IT should be clear to the more discerning among us that the dire economic straits the country is in has placed a damper on any fulsome celebration of our 50th anniversary of Independence. That this is so is an indication of the country’s failure to manage its economy over the years; the extent to which our political economy has become a hostage to tribal political clientelism; the extent to which we value “bling” over deep philosophical introspection about our identity as a people and the extent to which we have abdicated any sense of moral responsibility in our pursuit of materialistic goals.
The pursuit of materialism unimpeded by any moral accountability for the neighbour has forced many of us to have a first-world taste in the midst of a burgeoning debt burden and rising poverty levels. With all this in mind, the proper focus of the 50th year of celebration should be one which calls the nation to a deeper introspection over the road we have travelled and the direction we should take in the next 50 years in building a viable society.

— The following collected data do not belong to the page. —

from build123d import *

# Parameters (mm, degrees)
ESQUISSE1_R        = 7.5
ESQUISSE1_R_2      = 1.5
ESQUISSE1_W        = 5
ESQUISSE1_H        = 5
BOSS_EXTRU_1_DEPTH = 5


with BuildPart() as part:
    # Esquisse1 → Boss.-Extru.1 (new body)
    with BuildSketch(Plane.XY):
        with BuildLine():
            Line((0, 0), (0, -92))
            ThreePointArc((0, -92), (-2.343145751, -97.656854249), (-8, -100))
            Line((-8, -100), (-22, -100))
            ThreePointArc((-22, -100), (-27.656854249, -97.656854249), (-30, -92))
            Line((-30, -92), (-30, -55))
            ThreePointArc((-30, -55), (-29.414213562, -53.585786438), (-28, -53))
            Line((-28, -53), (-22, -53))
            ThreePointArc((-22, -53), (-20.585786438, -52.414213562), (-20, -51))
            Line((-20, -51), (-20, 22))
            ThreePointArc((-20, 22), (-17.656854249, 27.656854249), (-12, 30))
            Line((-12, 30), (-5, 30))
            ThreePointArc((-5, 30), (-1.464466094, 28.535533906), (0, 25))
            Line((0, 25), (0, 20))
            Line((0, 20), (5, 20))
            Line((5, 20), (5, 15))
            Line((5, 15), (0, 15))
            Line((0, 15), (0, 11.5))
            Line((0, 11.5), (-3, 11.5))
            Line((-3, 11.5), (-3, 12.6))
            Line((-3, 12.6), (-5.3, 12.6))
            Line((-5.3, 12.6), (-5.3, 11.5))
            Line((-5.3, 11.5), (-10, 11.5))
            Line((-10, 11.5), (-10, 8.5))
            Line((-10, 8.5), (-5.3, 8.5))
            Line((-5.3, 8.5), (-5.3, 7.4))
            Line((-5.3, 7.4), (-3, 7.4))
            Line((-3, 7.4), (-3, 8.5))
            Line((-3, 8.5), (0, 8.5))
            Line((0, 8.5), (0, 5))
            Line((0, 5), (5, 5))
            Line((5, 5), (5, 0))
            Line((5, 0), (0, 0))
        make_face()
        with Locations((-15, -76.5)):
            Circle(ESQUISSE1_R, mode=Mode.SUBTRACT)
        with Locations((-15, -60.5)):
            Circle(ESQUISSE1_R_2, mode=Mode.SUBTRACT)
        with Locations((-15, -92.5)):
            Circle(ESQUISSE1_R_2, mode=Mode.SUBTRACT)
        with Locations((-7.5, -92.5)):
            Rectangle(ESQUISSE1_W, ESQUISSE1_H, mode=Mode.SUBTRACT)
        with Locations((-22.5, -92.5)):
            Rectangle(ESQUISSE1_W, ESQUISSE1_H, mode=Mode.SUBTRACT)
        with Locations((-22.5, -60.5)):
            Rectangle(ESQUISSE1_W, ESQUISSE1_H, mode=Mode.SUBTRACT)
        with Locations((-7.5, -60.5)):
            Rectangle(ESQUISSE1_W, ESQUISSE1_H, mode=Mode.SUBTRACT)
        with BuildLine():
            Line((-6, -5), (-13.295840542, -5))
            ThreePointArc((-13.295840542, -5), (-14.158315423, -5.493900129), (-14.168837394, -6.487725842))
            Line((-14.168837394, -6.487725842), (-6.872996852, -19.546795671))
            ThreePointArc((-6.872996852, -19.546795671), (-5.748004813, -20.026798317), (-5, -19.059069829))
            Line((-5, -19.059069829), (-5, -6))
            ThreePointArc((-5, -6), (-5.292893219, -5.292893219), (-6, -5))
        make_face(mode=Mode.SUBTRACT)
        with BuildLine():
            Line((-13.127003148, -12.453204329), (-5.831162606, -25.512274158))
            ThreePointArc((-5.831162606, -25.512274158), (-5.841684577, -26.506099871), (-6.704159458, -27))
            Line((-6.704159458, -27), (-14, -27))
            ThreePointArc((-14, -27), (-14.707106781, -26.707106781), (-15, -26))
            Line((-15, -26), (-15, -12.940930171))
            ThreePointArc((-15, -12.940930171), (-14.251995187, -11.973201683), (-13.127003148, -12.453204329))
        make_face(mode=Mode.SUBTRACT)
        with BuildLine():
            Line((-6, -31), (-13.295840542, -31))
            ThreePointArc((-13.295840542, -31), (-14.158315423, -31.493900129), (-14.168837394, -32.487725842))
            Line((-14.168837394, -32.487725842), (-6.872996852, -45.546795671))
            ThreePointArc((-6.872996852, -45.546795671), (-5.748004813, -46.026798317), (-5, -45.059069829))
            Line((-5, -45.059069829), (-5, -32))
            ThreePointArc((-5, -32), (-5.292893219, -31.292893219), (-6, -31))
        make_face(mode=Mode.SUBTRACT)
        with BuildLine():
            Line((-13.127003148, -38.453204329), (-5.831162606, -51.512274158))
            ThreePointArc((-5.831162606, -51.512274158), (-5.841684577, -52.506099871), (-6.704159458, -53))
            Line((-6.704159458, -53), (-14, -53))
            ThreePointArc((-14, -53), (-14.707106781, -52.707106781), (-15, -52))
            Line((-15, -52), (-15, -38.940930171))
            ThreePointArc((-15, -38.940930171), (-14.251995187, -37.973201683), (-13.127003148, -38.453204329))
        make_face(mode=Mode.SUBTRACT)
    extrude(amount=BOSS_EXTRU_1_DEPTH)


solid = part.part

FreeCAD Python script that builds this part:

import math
import FreeCAD as App
import Part
import Sketcher
from FreeCAD import Vector


def add_polygon(sketch, points):
    """Adds a closed chain of lines whose ends are joined by coincident constraints."""
    first, n = sketch.GeometryCount, len(points)
    for a, b in zip(points, points[1:] + points[:1]):
        sketch.addGeometry(Part.LineSegment(App.Vector(*a, 0), App.Vector(*b, 0)), False)
    for i in range(n):
        sketch.addConstraint(Sketcher.Constraint("Coincident", first + i, 2, first + (i + 1) % n, 1))

doc = App.newDocument("Part")
params = doc.addObject("Spreadsheet::Sheet", "Params")
for row, (alias, value) in enumerate([
    ("sketch1_diameter", "3 mm"),
    ("sketch1_diameter2", "15 mm"),
    ("sketch1_radius", "5 mm"),
    ("sketch1_radius2", "8 mm"),
    ("sketch1_radius3", "2 mm"),
    ("pad1_length", "5 mm"),
], start=1):
    params.set(f"A{row}", alias)
    params.set(f"B{row}", "=" + value)
    params.setAlias(f"B{row}", alias)

body = doc.addObject("PartDesign::Body", "Body")

# Sketch on XY plane
sketch1 = body.newObject("Sketcher::SketchObject", "Sketch")
sketch1.AttachmentSupport = (doc.getObject("XY_Plane"), [""])
sketch1.MapMode = "FlatFace"
sketch1.addGeometry(Part.LineSegment(Vector(0, -92, 0), Vector(0, 0, 0)), False)  # 0
sketch1.addGeometry(Part.LineSegment(Vector(0, 0, 0), Vector(5, 0, 0)), False)  # 1
sketch1.addGeometry(Part.LineSegment(Vector(5, 0, 0), Vector(5, 5, 0)), False)  # 2
sketch1.addGeometry(Part.LineSegment(Vector(5, 5, 0), Vector(0, 5, 0)), False)  # 3
sketch1.addGeometry(Part.LineSegment(Vector(0, 5, 0), Vector(0, 8.5, 0)), False)  # 4
sketch1.addGeometry(Part.LineSegment(Vector(0, 8.5, 0), Vector(-3, 8.5, 0)), False)  # 5
sketch1.addGeometry(Part.LineSegment(Vector(-3, 8.5, 0), Vector(-3, 7.4, 0)), False)  # 6
sketch1.addGeometry(Part.LineSegment(Vector(-3, 7.4, 0), Vector(-5.3, 7.4, 0)), False)  # 7
sketch1.addGeometry(Part.LineSegment(Vector(-5.3, 7.4, 0), Vector(-5.3, 8.5, 0)), False)  # 8
sketch1.addGeometry(Part.LineSegment(Vector(-5.3, 8.5, 0), Vector(-10, 8.5, 0)), False)  # 9
sketch1.addGeometry(Part.LineSegment(Vector(-10, 8.5, 0), Vector(-10, 11.5, 0)), False)  # 10
sketch1.addGeometry(Part.LineSegment(Vector(-10, 11.5, 0), Vector(-5.3, 11.5, 0)), False)  # 11
sketch1.addGeometry(Part.LineSegment(Vector(-5.3, 11.5, 0), Vector(-5.3, 12.6, 0)), False)  # 12
sketch1.addGeometry(Part.LineSegment(Vector(-5.3, 12.6, 0), Vector(-3, 12.6, 0)), False)  # 13
sketch1.addGeometry(Part.LineSegment(Vector(-3, 12.6, 0), Vector(-3, 11.5, 0)), False)  # 14
sketch1.addGeometry(Part.LineSegment(Vector(-3, 11.5, 0), Vector(0, 11.5, 0)), False)  # 15
sketch1.addGeometry(Part.LineSegment(Vector(0, 11.5, 0), Vector(0, 15, 0)), False)  # 16
sketch1.addGeometry(Part.LineSegment(Vector(0, 15, 0), Vector(5, 15, 0)), False)  # 17
sketch1.addGeometry(Part.LineSegment(Vector(5, 15, 0), Vector(5, 20, 0)), False)  # 18
sketch1.addGeometry(Part.LineSegment(Vector(5, 20, 0), Vector(0, 20, 0)), False)  # 19
sketch1.addGeometry(Part.LineSegment(Vector(0, 20, 0), Vector(0, 25, 0)), False)  # 20
sketch1.addGeometry(Part.ArcOfCircle(Part.Circle(Vector(-5, 25, 0), Vector(0, 0, 1), 5), math.radians(0), math.radians(90)), False)  # 21
sketch1.addGeometry(Part.LineSegment(Vector(-5, 30, 0), Vector(-12, 30, 0)), False)  # 22
sketch1.addGeometry(Part.ArcOfCircle(Part.Circle(Vector(-12, 22, 0), Vector(0, 0, 1), 8), math.radians(90), math.radians(180)), False)  # 23
sketch1.addGeometry(Part.LineSegment(Vector(-20, 22, 0), Vector(-20, -51, 0)), False)  # 24
sketch1.addGeometry(Part.ArcOfCircle(Part.Circle(Vector(-22, -51, 0), Vector(0, 0, 1), 2), math.radians(-90), math.radians(0)), False)  # 25
sketch1.addGeometry(Part.LineSegment(Vector(-22, -53, 0), Vector(-28, -53, 0)), False)  # 26
sketch1.addGeometry(Part.ArcOfCircle(Part.Circle(Vector(-28, -55, 0), Vector(0, 0, 1), 2), math.radians(90), math.radians(180)), False)  # 27
sketch1.addGeometry(Part.LineSegment(Vector(-30, -55, 0), Vector(-30, -92, 0)), False)  # 28
sketch1.addGeometry(Part.ArcOfCircle(Part.Circle(Vector(-22, -92, 0), Vector(0, 0, 1), 8), math.radians(-180), math.radians(-90)), False)  # 29
sketch1.addGeometry(Part.LineSegment(Vector(-22, -100, 0), Vector(-8, -100, 0)), False)  # 30
sketch1.addGeometry(Part.ArcOfCircle(Part.Circle(Vector(-8, -92, 0), Vector(0, 0, 1), 8), math.radians(-90), math.radians(0)), False)  # 31
add_polygon(sketch1, [(-10, -95), (-10, -90), (-5, -90), (-5, -95)])  # lines 32-35
add_polygon(sketch1, [(-10, -63), (-10, -58), (-5, -58), (-5, -63)])  # lines 36-39
sketch1.addGeometry(Part.Circle(Vector(-15, -92.5, 0), Vector(0, 0, 1), 1.5), False)  # 40
sketch1.addGeometry(Part.Circle(Vector(-15, -76.5, 0), Vector(0, 0, 1), 7.5), False)  # 41
add_polygon(sketch1, [(-25, -95), (-25, -90), (-20, -90), (-20, -95)])  # lines 42-45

One of the missing aspects of the celebration as I have seen it so far is the absence of a deep, philosophical reflection on our identity as a people; reflection on where we have gone wrong and what must be done to correct the course on which we are currently embarked. The people have not been called on to rally around a set of objectives that could inspire patriotic loyalty. We seem to be making up things as we go along and so there seems to be a hodge podge of things to be done but no set of national objectives to be reached.
If there are, then the planners have been dismal in their failure to let the people know about them or to get them energised around them. What is emerging are a few events that are more expressive of their entertainment content than any deep reflection on who we are as a people, the road which we have travelled these 50 years and the future into which we hope to enter for the next 50.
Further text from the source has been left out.